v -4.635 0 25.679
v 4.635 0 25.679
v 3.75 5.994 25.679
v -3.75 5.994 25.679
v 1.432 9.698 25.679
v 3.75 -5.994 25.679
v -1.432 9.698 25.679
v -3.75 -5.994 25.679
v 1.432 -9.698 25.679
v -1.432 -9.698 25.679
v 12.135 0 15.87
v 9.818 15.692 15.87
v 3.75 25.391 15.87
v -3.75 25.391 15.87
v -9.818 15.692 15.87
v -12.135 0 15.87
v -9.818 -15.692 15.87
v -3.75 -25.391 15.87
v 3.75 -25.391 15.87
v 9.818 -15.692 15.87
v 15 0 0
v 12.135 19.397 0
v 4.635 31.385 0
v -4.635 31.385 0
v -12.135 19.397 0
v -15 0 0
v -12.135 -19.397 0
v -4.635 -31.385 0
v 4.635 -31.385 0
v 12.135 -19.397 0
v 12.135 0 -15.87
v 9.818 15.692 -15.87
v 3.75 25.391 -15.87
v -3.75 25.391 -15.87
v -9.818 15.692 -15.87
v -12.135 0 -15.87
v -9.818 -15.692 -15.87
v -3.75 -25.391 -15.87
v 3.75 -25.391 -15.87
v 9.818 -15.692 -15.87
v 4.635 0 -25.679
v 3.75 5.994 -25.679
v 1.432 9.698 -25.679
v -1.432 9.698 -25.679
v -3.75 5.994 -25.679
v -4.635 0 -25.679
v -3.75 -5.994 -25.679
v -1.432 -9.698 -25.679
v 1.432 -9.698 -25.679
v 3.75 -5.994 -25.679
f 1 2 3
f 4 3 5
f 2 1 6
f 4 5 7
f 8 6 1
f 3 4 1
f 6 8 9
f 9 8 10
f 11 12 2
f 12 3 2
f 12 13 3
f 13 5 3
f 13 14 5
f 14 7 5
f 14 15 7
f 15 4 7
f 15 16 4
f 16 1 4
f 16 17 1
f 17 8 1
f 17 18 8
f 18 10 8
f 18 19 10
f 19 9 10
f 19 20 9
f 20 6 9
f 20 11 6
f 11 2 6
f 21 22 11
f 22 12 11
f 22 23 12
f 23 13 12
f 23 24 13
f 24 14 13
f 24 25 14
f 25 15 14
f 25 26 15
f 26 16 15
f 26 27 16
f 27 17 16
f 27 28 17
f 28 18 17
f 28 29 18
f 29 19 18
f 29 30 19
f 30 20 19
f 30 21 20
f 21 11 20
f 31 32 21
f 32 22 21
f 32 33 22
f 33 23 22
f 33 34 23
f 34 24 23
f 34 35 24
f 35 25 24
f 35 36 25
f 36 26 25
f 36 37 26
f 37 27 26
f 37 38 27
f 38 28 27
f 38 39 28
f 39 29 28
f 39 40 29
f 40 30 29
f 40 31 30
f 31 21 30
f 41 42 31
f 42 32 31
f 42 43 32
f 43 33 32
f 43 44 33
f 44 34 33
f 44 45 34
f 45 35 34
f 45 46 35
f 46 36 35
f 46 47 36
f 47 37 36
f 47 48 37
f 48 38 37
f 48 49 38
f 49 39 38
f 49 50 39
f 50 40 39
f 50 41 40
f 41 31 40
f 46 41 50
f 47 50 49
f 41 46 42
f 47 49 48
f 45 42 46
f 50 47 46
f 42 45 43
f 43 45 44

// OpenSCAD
// Generated by SolidPython 1.0.1 on 2020-07-29 00:46:46


scale(v = [5, 11, 9]) {
	sphere(r = 3);
}
/***********************************************
*********      SolidPython code:      **********
************************************************
 
# import packages: SolidPython
from solid import *
from solid.utils import *
from itertools import chain, combinations, permutations


class Resize:

    def __init__(self, scad_file):
        self.scad_file = scad_file
        #self.scad_file = import_scad(scad_file)
        # cone/cylinder param:
        self.r1 = 0
        self.r2 = 0
        self.h = 0
        # rectangular prism param:
        self.w = 0
        self.l = 0
        # ellipse param:
        self.r = 0

    # import OpenScad code (file name corresponds to shape)


    # classify shape + parameters
    def assign(self, param1, param2, param3):
        if self.scad_file == 'cone.scad':
            self.r1 = param1
            self.r2 = param2
            self.h = param3
        elif self.scad_file == 'cylinder.scad':
            self.r1 = param1
            self.r2 = param2
            self.h = param3
        elif self.scad_file == 'rectangularPrism.scad':
            self.h = param1
            self.l = param2
            self.w = param3
        else:
            self.r = param1
            self.h = param2

    # resize parameters
    def iterate(self):
        x = range(3, 20, 2)
        i = 1
        if self.scad_file == 'cone.scad':
            tempList = list(permutations(x, 2))
            for temp in tempList:
                param1 = temp[0]
                param2 = temp[1]
                filepath = 'produced_scad_files/' + 'cone' + str(param1) + '_' + str(param2) + '_' + '.scad'
                scad_render_to_file(cylinder(h=param1, r1=param2, r2=0), filepath)

        elif self.scad_file == 'cylinder.scad':
            tempList = list(permutations(x, 3))
            for temp in tempList:
                param1 = temp[0]
                param2 = temp[1]
                filepath = 'produced_scad_files/' + 'cylinder' + str(param1) + '_' + str(param2) + '_' + '.scad'
                scad_render_to_file(cylinder(h=param1, r1=param2, r2=param2), filepath)

        elif self.scad_file == 'rectangularPrism.scad':
            tempList = list(permutations(x, 3))
            for temp in tempList:
                param1 = temp[0]
                param2 = temp[1]
                param3 = temp[2]
                filepath = 'produced_scad_files/' + 'rectangularPrism' + str(param1) + '_' + str(param2) + '_' + str(
                    param3) + '.scad'
                scad_render_to_file(cube(size=(param1, param2, param3)), filepath)

        elif self.scad_file == 'ellipse.scad':
            tempList = list(permutations(x, 4))
            for temp in tempList:
                param1 = temp[0]
                param2 = temp[1]
                param3 = temp[2]
                param4 = temp[3]
                filepath = 'produced_scad_files/' + 'ellipse' + str(param1) + '_' + str(param2) + '_' + str(param3) + '_' + str(param4) + '.scad'
                scad_render_to_file(scale([param1, param2, param3])(sphere(r=param4)), filepath)

    def render_to_scadfile(self):
        scad_render_to_file(scad, 'example.scad') 
 
************************************************/
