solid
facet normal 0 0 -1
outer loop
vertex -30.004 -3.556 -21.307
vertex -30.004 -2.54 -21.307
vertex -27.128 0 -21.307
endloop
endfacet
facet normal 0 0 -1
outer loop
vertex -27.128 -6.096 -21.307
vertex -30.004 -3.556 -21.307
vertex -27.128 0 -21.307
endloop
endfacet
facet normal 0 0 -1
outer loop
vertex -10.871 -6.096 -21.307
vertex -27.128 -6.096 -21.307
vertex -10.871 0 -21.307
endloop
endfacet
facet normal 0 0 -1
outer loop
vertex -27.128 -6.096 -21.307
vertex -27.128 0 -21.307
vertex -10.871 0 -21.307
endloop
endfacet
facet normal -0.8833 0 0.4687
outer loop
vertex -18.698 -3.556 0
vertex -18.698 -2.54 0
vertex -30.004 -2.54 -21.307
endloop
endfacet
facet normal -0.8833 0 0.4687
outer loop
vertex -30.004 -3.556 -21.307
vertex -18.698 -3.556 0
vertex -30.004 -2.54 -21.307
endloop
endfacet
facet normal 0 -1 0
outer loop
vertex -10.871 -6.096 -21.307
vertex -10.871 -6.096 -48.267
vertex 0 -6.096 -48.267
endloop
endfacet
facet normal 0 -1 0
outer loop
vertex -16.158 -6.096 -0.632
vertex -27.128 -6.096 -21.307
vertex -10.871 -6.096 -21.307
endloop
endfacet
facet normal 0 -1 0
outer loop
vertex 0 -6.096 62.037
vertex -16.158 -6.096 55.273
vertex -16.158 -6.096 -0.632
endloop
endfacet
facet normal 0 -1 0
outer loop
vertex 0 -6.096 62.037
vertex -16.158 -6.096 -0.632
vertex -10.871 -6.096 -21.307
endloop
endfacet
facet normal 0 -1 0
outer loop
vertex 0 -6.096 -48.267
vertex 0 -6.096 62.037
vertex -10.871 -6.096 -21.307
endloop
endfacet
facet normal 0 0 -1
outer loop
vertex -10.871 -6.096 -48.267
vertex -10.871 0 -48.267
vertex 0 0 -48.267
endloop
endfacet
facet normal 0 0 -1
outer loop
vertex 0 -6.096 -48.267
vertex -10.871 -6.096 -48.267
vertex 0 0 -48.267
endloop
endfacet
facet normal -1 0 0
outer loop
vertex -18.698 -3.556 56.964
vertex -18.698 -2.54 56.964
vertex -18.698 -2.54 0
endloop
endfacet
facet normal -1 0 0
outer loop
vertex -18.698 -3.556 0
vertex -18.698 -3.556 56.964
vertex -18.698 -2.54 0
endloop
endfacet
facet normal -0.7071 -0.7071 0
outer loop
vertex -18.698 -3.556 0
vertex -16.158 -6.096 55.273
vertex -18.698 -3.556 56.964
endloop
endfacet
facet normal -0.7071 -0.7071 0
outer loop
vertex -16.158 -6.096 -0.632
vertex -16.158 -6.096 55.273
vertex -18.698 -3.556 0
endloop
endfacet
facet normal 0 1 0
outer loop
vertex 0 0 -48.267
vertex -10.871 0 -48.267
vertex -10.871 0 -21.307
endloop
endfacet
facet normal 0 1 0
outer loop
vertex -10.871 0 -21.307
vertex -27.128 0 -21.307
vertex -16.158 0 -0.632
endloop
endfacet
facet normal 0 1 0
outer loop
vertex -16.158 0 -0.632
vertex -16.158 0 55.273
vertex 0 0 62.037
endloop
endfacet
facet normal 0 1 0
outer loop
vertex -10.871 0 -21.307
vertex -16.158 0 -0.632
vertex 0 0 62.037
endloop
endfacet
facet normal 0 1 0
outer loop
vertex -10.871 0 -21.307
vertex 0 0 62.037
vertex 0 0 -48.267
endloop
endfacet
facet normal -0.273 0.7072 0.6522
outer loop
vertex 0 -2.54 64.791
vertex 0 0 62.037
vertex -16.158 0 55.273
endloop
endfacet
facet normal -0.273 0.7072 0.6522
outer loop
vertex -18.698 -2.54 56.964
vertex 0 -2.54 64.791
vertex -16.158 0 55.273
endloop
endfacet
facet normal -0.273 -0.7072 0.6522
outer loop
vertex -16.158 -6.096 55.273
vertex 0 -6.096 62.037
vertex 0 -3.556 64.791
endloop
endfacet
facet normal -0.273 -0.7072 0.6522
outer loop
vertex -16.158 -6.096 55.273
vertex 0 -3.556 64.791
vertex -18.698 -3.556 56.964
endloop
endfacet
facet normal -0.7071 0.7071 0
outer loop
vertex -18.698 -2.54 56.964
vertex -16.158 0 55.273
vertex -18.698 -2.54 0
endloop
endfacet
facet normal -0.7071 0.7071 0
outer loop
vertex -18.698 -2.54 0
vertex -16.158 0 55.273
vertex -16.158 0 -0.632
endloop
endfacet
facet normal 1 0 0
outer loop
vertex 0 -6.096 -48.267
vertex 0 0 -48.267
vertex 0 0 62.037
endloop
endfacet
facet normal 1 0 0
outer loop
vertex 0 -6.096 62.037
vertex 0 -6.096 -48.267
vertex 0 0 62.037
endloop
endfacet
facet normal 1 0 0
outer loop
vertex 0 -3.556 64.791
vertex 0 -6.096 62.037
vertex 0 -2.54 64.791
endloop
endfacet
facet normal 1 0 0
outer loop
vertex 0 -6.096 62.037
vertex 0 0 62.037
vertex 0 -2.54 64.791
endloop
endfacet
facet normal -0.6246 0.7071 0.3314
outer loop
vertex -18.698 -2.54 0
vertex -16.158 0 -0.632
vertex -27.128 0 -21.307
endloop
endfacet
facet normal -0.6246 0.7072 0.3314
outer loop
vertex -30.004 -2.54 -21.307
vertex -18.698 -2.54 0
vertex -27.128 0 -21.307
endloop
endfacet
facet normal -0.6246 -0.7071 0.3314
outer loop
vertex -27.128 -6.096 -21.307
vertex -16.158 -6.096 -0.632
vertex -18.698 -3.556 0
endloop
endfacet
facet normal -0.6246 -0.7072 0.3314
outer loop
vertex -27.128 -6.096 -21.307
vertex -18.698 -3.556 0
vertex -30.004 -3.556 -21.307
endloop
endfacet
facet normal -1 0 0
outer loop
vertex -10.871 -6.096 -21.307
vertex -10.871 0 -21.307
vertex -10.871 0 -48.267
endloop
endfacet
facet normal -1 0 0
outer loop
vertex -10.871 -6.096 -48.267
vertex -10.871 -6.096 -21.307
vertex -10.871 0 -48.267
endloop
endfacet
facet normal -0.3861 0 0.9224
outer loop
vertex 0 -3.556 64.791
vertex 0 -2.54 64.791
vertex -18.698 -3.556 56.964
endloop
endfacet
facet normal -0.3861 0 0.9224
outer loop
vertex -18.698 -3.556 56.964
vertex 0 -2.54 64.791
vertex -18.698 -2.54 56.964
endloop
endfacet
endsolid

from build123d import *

# Parameters (mm, degrees)
F1_DEPTH = 6.096
F3_SIZE  = 2.54


# Not quite as in the source:
# - a feature of the source that left no trace in its solid (it failed there, or was rolled back) is left out


with BuildPart() as f1:
    # F0 (on Front) → F1 (new body)
    with BuildSketch(Plane.XZ):
        Polygon((0, 0), (0, 64.7907108068), (-18.6979882419, 56.9636411965), (-18.6979882419, 0), align=None)
        Polygon((0, -48.266902566), (0, 0), (-18.6979882419, 0), (-30.0037488341, -21.3070102036), (-10.8709232882, -21.3070102036), (-10.8709232882, -48.266902566), align=None)
    extrude(amount=F1_DEPTH)

    # F3
    f3_edges = [f1.edges().sort_by_distance(p)[0] for p in [
        (-18.697988, -6.096, 28.481821),
        (-24.350869, -6.096, -10.653505),
        (-9.348994, -6.096, 60.877176),
        (-9.348994, 0, 60.877176),
        (-18.697988, 0, 28.481821),
        (-24.350869, 0, -10.653505),
    ]]
    chamfer(f3_edges, length=F3_SIZE)


solid = f1.part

■ WORK REQUEST
Extract the lines above, from the first one through the one containing "v 3.75 -25.391 -15.87", and return only those, unchanged.

■ EXERCISE ANSWER
v -4.635 0 25.679
v 4.635 0 25.679
v 3.75 5.994 25.679
v -3.75 5.994 25.679
v 1.432 9.698 25.679
v 3.75 -5.994 25.679
v -1.432 9.698 25.679
v -3.75 -5.994 25.679
v 1.432 -9.698 25.679
v -1.432 -9.698 25.679
v 12.135 0 15.87
v 9.818 15.692 15.87
v 3.75 25.391 15.87
v -3.75 25.391 15.87
v -9.818 15.692 15.87
v -12.135 0 15.87
v -9.818 -15.692 15.87
v -3.75 -25.391 15.87
v 3.75 -25.391 15.87
v 9.818 -15.692 15.87
v 15 0 0
v 12.135 19.397 0
v 4.635 31.385 0
v -4.635 31.385 0
v -12.135 19.397 0
v -15 0 0
v -12.135 -19.397 0
v -4.635 -31.385 0
v 4.635 -31.385 0
v 12.135 -19.397 0
v 12.135 0 -15.87
v 9.818 15.692 -15.87
v 3.75 25.391 -15.87
v -3.75 25.391 -15.87
v -9.818 15.692 -15.87
v -12.135 0 -15.87
v -9.818 -15.692 -15.87
v -3.75 -25.391 -15.87
v 3.75 -25.391 -15.87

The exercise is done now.